Ein Pessimist über Gott und die Welt

Gert Haffmans stückelt ein Schopenhauer-ABC zusammen

Von Rolf LöchelRSS-Newsfeed neuer Artikel von Rolf Löchel

Besprochene Bücher / Literaturhinweise

Jeder Autor und jede Autorin dürfte Wert darauf legen, dass ihre Bücher ihren Weg zu den LeserInnen so finden, wie sie geschrieben wurden. Weder HerausgeberInnen oder VerlegerInnen sollten darin herumpfuschen. Selbst LektorInnen allenfalls nach Absprache. Und schon gar nicht DruckerInnen. Doch wohl nur wenige klagen die bis hin zum letzten I-Tüpfelchen manuskriptgetreue Wiedergabe des von ihnen verfassten Texte mit einem derartigen Nachdruck ein, wie es der Willensmetaphysiker Schopenhauer zeitlebens zu tun pflegte. Er ließ es etwa nicht nur bei ausführlichen, den Manuskripten beigegebenen Mahnungen an die Drucker - die seinerzeit noch ausschließlich männlichen Geschlechts waren - bewenden, nur ja nichts zu verändern, sondern (und das ist wörtlich zu nehmen) verfluchte in einer Art editorischem Testament ausdrücklich "Jeden, der, bei künftigen Drucken meiner Werke, irgend etwas daran wissentlich ändert, sei es eine Periode, oder auch nur ein Wort, eine Silbe, ein Buchstabe, ein Interpunktionszeichen".

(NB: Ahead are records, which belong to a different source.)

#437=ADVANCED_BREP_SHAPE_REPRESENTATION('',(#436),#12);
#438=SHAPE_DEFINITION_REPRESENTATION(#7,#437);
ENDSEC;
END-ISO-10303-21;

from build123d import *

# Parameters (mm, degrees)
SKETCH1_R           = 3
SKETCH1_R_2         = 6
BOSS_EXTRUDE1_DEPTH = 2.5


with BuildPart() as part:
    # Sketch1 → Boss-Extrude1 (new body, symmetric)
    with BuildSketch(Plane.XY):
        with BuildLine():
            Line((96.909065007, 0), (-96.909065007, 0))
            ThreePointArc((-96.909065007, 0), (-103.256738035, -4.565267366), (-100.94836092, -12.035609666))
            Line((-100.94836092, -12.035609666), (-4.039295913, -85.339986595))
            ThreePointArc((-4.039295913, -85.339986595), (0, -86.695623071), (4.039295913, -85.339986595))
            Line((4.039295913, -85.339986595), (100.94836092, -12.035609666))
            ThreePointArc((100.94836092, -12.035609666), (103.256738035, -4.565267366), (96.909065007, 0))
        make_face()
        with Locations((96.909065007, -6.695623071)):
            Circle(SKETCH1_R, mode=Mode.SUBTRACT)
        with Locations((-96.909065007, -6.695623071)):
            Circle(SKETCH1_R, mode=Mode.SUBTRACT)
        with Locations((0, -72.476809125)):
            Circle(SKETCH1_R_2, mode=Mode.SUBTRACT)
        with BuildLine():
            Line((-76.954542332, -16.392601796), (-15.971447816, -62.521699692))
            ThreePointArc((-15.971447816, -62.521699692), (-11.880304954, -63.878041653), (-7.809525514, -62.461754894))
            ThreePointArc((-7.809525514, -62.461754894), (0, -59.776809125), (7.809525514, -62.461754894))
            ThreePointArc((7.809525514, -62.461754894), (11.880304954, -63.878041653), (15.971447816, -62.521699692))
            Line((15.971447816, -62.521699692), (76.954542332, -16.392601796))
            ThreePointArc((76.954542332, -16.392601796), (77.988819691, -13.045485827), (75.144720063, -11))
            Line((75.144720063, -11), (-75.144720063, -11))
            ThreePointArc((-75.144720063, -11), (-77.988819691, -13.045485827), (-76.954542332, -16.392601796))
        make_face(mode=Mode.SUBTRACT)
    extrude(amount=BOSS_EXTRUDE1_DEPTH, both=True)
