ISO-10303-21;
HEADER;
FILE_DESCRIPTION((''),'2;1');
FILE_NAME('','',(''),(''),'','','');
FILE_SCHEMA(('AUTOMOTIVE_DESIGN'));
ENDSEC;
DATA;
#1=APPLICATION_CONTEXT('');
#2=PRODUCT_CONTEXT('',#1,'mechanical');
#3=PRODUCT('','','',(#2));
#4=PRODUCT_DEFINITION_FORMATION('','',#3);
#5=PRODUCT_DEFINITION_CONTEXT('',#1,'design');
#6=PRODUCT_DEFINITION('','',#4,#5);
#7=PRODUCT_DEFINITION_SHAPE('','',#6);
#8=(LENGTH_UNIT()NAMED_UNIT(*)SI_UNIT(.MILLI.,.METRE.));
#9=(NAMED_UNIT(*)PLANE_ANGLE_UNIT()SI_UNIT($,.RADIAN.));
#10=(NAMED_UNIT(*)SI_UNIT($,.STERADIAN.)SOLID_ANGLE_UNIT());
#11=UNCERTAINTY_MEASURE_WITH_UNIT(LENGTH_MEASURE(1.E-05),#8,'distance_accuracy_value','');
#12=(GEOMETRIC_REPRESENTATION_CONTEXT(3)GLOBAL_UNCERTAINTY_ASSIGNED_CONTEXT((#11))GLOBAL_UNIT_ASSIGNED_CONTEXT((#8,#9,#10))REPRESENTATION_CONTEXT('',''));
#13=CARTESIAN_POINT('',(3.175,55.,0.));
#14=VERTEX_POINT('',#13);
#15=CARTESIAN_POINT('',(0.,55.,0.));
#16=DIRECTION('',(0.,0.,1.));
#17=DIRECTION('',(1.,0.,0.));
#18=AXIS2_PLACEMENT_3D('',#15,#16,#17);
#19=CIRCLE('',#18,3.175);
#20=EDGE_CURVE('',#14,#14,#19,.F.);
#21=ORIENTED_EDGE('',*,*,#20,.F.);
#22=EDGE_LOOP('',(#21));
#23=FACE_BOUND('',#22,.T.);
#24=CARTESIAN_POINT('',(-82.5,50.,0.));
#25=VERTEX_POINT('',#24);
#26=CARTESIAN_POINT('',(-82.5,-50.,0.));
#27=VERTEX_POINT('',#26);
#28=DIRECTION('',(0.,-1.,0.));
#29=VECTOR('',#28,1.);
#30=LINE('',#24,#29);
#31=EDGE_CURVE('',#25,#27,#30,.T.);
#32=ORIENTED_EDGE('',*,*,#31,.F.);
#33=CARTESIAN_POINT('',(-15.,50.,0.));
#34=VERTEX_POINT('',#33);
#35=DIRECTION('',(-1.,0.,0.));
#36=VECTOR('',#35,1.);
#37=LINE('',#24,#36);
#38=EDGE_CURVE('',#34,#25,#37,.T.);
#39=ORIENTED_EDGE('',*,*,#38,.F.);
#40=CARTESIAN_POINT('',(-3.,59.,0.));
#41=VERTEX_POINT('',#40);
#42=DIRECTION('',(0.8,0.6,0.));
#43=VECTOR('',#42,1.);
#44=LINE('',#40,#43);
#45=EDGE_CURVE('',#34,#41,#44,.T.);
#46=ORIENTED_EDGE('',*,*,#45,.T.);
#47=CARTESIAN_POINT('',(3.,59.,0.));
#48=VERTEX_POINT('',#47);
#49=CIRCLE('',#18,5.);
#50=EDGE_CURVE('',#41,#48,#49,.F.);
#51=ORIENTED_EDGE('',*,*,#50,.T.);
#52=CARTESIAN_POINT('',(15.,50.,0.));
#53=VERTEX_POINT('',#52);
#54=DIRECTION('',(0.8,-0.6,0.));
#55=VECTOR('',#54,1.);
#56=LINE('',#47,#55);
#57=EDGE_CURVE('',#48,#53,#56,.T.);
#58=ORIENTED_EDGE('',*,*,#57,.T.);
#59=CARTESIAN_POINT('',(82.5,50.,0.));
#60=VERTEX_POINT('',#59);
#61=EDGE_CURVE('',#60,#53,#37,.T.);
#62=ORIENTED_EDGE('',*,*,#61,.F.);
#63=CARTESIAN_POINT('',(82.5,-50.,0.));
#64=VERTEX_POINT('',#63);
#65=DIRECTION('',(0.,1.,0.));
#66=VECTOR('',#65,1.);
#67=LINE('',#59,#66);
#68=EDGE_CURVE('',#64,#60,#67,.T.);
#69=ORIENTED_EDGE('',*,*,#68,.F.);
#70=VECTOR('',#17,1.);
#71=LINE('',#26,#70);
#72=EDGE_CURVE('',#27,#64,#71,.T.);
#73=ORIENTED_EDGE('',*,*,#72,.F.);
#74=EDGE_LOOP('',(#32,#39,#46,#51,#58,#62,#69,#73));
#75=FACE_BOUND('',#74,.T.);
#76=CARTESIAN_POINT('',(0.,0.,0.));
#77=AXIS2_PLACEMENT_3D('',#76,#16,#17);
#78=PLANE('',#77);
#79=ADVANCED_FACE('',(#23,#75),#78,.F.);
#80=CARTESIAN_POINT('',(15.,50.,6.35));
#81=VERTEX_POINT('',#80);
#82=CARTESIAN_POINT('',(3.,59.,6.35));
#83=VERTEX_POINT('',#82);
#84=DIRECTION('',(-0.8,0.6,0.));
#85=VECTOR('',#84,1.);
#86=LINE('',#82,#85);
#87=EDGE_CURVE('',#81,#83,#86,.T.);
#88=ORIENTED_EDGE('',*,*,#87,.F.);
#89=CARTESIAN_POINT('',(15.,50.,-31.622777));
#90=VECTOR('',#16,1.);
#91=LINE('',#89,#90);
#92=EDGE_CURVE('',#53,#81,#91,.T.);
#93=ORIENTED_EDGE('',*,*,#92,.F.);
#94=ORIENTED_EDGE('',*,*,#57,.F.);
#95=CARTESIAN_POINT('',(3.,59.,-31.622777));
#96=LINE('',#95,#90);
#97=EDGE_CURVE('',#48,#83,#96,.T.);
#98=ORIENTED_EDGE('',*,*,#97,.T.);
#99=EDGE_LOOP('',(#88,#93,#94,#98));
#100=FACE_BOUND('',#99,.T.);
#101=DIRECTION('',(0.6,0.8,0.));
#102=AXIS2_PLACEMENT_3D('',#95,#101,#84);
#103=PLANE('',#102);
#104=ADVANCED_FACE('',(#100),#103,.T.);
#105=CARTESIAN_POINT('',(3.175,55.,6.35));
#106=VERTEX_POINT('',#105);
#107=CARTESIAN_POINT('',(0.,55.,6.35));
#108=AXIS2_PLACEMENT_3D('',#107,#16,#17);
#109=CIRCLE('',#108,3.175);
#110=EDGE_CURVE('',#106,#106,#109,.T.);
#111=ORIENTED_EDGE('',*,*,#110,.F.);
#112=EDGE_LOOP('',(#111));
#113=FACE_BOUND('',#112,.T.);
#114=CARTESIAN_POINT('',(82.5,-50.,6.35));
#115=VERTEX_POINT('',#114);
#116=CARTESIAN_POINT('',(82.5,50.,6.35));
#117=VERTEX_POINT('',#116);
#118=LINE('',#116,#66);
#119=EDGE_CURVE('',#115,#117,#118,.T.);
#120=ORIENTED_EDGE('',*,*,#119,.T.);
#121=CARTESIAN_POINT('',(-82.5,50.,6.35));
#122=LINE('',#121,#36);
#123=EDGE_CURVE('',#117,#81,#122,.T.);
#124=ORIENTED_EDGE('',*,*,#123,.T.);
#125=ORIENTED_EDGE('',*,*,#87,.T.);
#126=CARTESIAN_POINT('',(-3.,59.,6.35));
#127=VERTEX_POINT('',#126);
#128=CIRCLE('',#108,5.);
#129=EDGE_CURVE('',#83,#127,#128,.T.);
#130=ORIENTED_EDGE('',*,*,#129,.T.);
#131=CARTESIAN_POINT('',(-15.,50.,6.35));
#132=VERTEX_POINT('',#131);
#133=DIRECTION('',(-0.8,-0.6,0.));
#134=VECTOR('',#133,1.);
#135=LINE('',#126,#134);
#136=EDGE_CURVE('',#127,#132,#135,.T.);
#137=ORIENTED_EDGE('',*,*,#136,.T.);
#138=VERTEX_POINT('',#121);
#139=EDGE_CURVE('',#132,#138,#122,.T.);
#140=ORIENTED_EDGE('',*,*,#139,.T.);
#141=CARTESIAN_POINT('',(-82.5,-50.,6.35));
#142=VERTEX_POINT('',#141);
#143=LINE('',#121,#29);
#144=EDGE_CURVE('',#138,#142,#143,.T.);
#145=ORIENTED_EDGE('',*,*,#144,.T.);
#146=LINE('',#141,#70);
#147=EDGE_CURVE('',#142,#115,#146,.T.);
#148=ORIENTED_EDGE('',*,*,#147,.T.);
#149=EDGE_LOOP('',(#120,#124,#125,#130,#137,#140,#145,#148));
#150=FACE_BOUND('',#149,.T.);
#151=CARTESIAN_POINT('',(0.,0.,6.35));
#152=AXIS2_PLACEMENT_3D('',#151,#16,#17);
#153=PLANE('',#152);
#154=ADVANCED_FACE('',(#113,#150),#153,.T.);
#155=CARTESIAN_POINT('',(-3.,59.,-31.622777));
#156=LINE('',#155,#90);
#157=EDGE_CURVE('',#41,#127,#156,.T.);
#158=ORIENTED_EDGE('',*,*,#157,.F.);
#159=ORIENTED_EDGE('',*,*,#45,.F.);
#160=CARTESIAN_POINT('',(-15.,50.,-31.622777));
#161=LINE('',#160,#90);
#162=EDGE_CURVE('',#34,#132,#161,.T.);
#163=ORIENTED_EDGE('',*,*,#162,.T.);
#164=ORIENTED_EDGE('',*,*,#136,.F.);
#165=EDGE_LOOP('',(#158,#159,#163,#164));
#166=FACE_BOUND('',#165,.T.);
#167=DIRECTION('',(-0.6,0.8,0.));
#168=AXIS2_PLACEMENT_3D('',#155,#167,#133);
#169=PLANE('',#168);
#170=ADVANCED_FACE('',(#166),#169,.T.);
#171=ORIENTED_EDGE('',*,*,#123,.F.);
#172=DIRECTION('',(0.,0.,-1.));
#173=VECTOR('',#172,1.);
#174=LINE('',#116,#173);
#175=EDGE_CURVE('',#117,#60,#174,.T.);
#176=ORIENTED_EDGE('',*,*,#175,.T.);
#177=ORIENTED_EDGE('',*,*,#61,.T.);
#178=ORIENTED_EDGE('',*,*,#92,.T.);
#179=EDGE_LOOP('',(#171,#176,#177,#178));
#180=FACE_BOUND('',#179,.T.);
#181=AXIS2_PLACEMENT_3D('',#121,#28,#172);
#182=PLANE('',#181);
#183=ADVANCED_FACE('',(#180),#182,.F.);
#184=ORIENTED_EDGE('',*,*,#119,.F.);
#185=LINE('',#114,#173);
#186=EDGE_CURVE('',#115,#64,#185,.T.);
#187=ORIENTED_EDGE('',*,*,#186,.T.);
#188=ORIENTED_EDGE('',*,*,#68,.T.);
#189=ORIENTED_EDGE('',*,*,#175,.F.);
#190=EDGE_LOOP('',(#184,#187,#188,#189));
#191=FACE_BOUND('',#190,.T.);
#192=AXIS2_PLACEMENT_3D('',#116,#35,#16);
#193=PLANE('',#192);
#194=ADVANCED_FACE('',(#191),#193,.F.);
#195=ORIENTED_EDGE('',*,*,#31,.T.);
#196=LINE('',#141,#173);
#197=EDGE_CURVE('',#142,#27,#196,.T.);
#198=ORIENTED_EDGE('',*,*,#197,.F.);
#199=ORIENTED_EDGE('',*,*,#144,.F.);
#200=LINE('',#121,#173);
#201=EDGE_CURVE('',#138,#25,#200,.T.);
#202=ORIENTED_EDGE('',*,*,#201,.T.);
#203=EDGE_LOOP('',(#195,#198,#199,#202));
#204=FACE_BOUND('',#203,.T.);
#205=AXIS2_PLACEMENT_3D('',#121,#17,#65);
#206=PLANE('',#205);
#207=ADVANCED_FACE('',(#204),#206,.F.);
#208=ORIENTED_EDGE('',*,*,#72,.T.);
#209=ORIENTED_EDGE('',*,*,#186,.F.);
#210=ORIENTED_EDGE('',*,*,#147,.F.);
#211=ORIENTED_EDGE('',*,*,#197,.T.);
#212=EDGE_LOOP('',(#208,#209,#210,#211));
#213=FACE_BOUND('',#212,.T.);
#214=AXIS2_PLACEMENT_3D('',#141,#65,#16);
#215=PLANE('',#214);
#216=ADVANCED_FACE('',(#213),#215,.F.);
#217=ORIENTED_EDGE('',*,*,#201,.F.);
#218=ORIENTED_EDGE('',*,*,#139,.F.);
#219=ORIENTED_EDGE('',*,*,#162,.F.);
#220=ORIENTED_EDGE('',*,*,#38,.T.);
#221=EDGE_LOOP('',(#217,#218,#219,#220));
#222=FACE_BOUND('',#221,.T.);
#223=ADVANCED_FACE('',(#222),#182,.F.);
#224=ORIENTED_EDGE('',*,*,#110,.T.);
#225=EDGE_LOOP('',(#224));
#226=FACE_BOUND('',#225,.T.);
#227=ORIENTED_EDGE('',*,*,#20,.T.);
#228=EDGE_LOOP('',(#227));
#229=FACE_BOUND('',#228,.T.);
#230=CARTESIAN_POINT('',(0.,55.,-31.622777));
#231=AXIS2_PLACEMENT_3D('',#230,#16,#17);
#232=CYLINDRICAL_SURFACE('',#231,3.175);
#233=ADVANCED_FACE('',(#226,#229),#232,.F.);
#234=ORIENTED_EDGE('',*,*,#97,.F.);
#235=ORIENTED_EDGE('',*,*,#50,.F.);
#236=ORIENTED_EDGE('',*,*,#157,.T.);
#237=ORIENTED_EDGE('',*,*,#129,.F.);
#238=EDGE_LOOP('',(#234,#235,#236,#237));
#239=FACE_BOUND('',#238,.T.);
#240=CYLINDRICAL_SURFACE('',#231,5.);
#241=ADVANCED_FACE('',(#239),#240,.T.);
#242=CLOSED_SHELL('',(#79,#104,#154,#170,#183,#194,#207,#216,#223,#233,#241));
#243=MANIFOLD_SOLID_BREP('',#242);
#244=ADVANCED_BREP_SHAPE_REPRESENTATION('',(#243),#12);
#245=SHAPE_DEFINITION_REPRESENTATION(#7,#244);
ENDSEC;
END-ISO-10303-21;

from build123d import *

# Parameters (mm, degrees)
SKETCH1_W           = 165
SKETCH1_H           = 100
BOSS_EXTRUDE1_DEPTH = 6.35
SKETCH2_R           = 3.175
BOSS_EXTRUDE2_DEPTH = 6.35


with BuildPart() as part:
    # Sketch1 → Boss-Extrude1 (new body)
    with BuildSketch(Plane.XY):
        Rectangle(SKETCH1_W, SKETCH1_H)
    extrude(amount=BOSS_EXTRUDE1_DEPTH)

    # Sketch2 → Boss-Extrude2 (add)
    with BuildSketch(Plane.XY.offset(6.35)):
        with BuildLine():
            Line((-3, 59), (-15, 50))
            Line((-15, 50), (15, 50))
            Line((15, 50), (3, 59))
            ThreePointArc((3, 59), (0, 60), (-3, 59))
        make_face()
        with Locations((0, 55)):
            Circle(SKETCH2_R, mode=Mode.SUBTRACT)
    extrude(amount=-BOSS_EXTRUDE2_DEPTH)


solid = part.part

Da dürfte der Bannstrahl des begnadeten Grantlers wohl auch Gert Haffmans treffen, den Herausgeber des Schopenhauer-"EinLeseBuchs". Nicht nur, dass Haffmans den Lesenden schon mal ein Doppel-S für ein Eszet vormacht oder einen Zeilenumbruch tilgt. Gravierender noch ist, dass er Schopenhauers Nachlass auf Bonmots und Aphoristisches reduziert, indem er Bruchstücke aus dessen handschriftlichem Nachlass zusammenstellt, um nicht zu sagen: zusammenstückelt; sie unter - mit mehr oder weniger Esprit ausgedachte -Stichworte stellt, diese alphabetisch ordnet und das ganze als "ABC für die Jetztzeit" veröffentlicht.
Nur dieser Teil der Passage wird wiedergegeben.